[Dataset excerpts — start]

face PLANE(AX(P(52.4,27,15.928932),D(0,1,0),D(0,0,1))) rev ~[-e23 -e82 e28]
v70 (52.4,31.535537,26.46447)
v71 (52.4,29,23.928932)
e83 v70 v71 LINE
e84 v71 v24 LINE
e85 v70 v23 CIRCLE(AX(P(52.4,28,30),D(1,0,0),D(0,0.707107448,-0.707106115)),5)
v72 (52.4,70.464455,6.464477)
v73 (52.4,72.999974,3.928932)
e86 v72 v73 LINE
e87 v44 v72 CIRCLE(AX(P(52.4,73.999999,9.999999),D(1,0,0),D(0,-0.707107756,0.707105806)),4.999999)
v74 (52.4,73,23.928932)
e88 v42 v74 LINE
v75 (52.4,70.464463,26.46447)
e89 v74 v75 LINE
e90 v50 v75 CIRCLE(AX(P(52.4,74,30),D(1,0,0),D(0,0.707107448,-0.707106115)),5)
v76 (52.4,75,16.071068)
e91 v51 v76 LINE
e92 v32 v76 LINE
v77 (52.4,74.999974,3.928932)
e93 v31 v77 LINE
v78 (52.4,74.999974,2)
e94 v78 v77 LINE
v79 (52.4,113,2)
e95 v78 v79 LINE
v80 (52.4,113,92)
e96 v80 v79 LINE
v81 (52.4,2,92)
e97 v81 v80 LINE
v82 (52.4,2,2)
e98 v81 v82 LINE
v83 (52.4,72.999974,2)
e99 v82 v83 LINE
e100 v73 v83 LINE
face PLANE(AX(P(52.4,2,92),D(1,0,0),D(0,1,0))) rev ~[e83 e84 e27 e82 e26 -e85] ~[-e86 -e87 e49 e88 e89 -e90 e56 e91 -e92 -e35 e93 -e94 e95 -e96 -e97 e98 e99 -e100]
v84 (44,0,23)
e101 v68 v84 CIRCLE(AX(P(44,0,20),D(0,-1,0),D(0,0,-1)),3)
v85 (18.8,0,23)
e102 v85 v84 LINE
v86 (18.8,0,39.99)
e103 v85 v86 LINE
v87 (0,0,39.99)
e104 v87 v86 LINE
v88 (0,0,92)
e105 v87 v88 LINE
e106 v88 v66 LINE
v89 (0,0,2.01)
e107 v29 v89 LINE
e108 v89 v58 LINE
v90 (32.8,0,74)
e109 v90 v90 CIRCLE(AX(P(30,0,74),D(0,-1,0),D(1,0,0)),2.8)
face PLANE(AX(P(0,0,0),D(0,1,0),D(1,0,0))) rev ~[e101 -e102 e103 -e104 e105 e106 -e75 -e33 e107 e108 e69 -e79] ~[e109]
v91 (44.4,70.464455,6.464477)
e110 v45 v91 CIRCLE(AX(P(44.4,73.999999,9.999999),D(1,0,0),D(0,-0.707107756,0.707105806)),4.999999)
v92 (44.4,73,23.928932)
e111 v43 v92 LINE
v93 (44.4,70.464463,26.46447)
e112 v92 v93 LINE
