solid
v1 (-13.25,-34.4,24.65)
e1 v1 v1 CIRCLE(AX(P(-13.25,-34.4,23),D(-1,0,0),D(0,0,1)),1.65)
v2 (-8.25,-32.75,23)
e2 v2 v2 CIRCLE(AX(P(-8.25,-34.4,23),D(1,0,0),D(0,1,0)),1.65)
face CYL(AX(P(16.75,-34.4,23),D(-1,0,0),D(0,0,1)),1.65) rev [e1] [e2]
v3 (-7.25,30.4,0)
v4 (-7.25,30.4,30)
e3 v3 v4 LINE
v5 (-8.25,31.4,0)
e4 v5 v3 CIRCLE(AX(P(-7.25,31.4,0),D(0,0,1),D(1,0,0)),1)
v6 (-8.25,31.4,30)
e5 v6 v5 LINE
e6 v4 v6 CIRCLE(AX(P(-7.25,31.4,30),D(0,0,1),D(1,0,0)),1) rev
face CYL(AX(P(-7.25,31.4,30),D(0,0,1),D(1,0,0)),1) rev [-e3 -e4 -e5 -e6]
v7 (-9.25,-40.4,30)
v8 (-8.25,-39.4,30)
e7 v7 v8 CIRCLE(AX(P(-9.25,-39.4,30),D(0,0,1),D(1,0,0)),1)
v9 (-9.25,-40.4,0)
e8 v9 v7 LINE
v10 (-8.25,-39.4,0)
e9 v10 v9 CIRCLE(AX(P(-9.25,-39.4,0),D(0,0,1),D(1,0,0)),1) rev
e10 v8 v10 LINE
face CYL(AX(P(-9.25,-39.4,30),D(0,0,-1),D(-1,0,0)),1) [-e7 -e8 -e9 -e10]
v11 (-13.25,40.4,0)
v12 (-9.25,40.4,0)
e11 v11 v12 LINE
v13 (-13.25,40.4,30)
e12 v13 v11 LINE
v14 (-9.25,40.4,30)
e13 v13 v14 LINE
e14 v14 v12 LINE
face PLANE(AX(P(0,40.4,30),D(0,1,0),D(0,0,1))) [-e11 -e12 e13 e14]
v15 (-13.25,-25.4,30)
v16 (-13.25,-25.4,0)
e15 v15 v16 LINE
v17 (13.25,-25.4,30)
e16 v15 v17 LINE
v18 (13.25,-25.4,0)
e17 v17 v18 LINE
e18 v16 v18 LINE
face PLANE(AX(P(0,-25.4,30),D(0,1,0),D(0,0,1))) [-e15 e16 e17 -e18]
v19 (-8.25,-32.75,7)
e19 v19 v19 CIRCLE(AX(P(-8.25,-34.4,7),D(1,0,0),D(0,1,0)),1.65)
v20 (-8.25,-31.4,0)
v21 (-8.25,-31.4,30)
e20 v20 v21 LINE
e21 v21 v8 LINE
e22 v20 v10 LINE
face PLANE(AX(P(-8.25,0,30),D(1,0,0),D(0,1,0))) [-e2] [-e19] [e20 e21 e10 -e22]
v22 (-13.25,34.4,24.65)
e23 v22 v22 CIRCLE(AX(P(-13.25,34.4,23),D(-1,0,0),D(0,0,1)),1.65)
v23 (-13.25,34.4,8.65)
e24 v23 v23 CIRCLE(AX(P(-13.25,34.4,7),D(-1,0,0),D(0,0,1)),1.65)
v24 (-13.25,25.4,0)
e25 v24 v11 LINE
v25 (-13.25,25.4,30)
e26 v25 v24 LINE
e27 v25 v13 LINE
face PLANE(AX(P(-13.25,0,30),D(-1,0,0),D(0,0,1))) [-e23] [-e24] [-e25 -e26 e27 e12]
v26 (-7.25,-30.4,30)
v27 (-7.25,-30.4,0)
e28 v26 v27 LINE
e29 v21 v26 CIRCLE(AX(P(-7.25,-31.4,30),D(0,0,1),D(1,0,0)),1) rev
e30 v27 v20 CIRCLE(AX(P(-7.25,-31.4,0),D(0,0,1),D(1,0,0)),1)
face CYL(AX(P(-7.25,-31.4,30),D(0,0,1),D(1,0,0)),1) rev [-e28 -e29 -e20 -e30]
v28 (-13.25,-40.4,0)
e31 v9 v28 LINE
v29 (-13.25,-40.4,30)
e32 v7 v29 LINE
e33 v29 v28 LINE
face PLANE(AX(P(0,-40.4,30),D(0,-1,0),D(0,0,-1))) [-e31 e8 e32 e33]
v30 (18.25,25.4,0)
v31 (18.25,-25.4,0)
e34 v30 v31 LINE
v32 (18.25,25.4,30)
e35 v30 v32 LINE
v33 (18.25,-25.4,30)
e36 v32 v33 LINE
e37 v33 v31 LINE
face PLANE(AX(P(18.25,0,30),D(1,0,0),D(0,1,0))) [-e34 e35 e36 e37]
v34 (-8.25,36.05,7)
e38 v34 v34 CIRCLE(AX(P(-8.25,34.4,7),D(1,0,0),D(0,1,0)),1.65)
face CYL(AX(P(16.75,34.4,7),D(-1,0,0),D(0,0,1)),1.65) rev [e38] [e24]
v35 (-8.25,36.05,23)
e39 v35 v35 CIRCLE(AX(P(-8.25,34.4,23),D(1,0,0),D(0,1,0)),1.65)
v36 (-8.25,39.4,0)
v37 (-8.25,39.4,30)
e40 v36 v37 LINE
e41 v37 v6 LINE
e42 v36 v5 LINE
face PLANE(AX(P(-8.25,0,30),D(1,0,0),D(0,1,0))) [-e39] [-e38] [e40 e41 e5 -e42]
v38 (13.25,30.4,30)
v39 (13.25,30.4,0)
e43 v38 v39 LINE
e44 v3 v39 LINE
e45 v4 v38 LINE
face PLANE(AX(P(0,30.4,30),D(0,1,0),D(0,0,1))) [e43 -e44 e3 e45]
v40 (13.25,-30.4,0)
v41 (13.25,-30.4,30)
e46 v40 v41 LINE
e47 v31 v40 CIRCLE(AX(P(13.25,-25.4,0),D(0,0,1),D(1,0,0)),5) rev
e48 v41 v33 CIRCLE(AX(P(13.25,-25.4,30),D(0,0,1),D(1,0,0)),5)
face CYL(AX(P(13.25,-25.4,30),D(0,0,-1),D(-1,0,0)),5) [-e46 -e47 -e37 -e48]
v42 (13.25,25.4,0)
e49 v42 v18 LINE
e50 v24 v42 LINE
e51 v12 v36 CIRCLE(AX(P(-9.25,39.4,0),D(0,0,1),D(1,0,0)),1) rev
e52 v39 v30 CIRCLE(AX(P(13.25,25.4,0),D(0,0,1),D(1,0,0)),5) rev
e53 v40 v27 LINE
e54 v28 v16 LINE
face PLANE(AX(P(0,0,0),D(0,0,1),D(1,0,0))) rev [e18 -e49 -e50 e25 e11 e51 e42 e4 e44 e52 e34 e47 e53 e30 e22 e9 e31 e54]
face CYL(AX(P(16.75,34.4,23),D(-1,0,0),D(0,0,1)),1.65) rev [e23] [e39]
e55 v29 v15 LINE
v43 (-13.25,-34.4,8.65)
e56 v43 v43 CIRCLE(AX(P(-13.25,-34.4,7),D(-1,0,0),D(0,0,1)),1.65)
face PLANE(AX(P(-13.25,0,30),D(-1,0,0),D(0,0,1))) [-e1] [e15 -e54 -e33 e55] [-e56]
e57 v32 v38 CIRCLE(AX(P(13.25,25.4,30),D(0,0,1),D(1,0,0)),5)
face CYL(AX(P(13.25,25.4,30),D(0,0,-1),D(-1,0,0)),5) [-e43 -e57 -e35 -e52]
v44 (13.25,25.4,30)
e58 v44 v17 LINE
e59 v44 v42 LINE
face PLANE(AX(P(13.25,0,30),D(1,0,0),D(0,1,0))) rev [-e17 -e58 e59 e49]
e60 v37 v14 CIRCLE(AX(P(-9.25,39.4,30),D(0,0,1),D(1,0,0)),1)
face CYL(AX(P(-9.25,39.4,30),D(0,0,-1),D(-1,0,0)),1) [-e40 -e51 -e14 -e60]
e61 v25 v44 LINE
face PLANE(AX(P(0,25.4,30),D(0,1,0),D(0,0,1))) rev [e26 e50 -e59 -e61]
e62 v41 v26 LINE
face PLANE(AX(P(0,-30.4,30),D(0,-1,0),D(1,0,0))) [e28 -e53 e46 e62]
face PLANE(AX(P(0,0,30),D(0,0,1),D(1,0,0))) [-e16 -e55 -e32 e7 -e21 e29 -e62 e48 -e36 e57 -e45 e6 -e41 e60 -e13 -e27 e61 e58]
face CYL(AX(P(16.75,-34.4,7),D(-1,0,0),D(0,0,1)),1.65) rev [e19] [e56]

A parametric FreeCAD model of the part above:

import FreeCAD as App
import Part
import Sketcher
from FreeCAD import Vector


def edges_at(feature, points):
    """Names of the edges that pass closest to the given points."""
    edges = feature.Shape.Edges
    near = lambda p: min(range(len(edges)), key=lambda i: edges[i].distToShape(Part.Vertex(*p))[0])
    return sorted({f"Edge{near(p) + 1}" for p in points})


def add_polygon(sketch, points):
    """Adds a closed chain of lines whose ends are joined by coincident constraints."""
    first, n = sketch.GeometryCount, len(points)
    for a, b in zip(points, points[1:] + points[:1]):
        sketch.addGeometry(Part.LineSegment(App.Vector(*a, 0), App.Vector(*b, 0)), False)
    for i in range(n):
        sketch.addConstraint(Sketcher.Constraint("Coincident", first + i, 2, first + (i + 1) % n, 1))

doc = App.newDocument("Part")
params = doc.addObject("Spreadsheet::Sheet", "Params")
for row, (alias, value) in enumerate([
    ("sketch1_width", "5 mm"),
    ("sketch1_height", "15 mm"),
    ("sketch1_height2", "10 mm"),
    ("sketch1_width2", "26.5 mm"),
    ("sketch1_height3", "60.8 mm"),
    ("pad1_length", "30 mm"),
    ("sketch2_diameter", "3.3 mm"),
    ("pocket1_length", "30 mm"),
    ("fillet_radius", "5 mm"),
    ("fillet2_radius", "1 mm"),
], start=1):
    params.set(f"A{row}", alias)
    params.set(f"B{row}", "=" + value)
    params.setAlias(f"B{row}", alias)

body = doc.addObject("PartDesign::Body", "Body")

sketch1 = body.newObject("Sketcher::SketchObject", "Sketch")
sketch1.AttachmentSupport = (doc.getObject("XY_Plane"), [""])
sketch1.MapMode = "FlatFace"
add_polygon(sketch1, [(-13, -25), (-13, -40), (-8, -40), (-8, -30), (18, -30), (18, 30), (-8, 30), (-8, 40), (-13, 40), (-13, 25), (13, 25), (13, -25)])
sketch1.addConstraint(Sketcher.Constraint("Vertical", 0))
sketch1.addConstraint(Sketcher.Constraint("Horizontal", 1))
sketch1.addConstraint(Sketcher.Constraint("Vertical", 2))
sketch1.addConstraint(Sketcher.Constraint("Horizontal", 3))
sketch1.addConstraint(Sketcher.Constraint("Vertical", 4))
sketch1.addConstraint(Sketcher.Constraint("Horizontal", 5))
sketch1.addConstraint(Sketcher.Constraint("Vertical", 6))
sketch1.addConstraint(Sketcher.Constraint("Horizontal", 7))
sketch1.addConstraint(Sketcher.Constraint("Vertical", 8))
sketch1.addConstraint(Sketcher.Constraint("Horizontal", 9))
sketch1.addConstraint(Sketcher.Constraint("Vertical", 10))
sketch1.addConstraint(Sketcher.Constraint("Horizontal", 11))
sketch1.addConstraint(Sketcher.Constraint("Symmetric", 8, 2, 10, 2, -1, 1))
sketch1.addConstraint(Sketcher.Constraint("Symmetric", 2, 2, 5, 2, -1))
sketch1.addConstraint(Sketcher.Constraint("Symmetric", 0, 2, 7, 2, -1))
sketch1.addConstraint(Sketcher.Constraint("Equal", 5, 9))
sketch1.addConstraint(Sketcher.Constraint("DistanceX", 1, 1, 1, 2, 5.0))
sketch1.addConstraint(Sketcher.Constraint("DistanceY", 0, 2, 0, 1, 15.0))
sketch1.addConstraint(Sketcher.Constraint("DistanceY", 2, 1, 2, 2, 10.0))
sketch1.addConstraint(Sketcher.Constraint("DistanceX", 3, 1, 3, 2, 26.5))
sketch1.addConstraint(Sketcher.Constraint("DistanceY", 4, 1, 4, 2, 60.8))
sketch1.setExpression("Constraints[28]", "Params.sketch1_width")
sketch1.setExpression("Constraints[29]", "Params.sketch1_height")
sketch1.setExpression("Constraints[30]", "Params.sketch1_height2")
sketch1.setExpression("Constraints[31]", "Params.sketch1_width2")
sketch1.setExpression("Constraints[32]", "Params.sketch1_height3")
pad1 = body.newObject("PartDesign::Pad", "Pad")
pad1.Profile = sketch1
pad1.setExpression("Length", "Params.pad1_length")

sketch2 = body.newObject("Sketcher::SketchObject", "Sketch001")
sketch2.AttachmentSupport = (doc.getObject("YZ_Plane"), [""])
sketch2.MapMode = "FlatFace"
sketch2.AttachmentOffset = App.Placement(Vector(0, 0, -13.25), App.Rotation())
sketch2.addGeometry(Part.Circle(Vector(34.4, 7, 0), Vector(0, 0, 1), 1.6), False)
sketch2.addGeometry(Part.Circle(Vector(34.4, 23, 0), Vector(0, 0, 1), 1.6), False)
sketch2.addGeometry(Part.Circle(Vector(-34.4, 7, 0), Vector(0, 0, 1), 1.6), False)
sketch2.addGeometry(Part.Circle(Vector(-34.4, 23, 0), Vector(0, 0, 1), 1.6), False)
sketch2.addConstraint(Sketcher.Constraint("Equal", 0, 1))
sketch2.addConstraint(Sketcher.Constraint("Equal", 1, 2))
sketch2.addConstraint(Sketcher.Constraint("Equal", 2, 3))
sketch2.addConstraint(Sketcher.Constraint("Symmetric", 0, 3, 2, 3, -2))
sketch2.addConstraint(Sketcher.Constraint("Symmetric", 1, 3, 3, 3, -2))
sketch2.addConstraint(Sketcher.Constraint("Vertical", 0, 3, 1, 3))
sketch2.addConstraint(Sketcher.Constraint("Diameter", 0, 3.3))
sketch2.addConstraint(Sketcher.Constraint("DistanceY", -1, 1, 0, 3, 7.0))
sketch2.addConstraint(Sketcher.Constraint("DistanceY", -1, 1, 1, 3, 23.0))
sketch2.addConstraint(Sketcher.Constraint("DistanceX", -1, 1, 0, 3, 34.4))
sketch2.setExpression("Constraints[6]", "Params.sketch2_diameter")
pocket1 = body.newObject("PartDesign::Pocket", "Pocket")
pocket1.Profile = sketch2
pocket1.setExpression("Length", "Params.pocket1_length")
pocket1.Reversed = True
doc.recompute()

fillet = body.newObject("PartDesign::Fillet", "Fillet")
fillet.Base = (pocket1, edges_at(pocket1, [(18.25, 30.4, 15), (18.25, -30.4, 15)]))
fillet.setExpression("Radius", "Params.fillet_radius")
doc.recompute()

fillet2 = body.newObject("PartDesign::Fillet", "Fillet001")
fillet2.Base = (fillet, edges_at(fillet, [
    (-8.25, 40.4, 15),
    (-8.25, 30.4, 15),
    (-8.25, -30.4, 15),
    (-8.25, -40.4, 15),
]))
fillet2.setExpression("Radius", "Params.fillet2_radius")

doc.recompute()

[Dataset excerpts — finish]

* _Problem to solve_
Give back precisely the lines above that start at the line containing "e97 v81 v80 LINE" and end at the line containing "e6 v4 v6 CIRCLE(AX(P(-7.25,31.4,30),D(0,0,1),D(1,0,0)),1)", inclusive. No other lines belong in the output.

* _Answer box_
e97 v81 v80 LINE
v82 (52.4,2,2)
e98 v81 v82 LINE
v83 (52.4,72.999974,2)
e99 v82 v83 LINE
e100 v73 v83 LINE
face PLANE(AX(P(52.4,2,92),D(1,0,0),D(0,1,0))) rev ~[e83 e84 e27 e82 e26 -e85] ~[-e86 -e87 e49 e88 e89 -e90 e56 e91 -e92 -e35 e93 -e94 e95 -e96 -e97 e98 e99 -e100]
v84 (44,0,23)
e101 v68 v84 CIRCLE(AX(P(44,0,20),D(0,-1,0),D(0,0,-1)),3)
v85 (18.8,0,23)
e102 v85 v84 LINE
v86 (18.8,0,39.99)
e103 v85 v86 LINE
v87 (0,0,39.99)
e104 v87 v86 LINE
v88 (0,0,92)
e105 v87 v88 LINE
e106 v88 v66 LINE
v89 (0,0,2.01)
e107 v29 v89 LINE
e108 v89 v58 LINE
v90 (32.8,0,74)
e109 v90 v90 CIRCLE(AX(P(30,0,74),D(0,-1,0),D(1,0,0)),2.8)
face PLANE(AX(P(0,0,0),D(0,1,0),D(1,0,0))) rev ~[e101 -e102 e103 -e104 e105 e106 -e75 -e33 e107 e108 e69 -e79] ~[e109]
v91 (44.4,70.464455,6.464477)
e110 v45 v91 CIRCLE(AX(P(44.4,73.999999,9.999999),D(1,0,0),D(0,-0.707107756,0.707105806)),4.999999)
v92 (44.4,73,23.928932)
e111 v43 v92 LINE
v93 (44.4,70.464463,26.46447)
e112 v92 v93 LINE
solid
v1 (-13.25,-34.4,24.65)
e1 v1 v1 CIRCLE(AX(P(-13.25,-34.4,23),D(-1,0,0),D(0,0,1)),1.65)
v2 (-8.25,-32.75,23)
e2 v2 v2 CIRCLE(AX(P(-8.25,-34.4,23),D(1,0,0),D(0,1,0)),1.65)
face CYL(AX(P(16.75,-34.4,23),D(-1,0,0),D(0,0,1)),1.65) rev [e1] [e2]
v3 (-7.25,30.4,0)
v4 (-7.25,30.4,30)
e3 v3 v4 LINE
v5 (-8.25,31.4,0)
e4 v5 v3 CIRCLE(AX(P(-7.25,31.4,0),D(0,0,1),D(1,0,0)),1)
v6 (-8.25,31.4,30)
e5 v6 v5 LINE
e6 v4 v6 CIRCLE(AX(P(-7.25,31.4,30),D(0,0,1),D(1,0,0)),1) rev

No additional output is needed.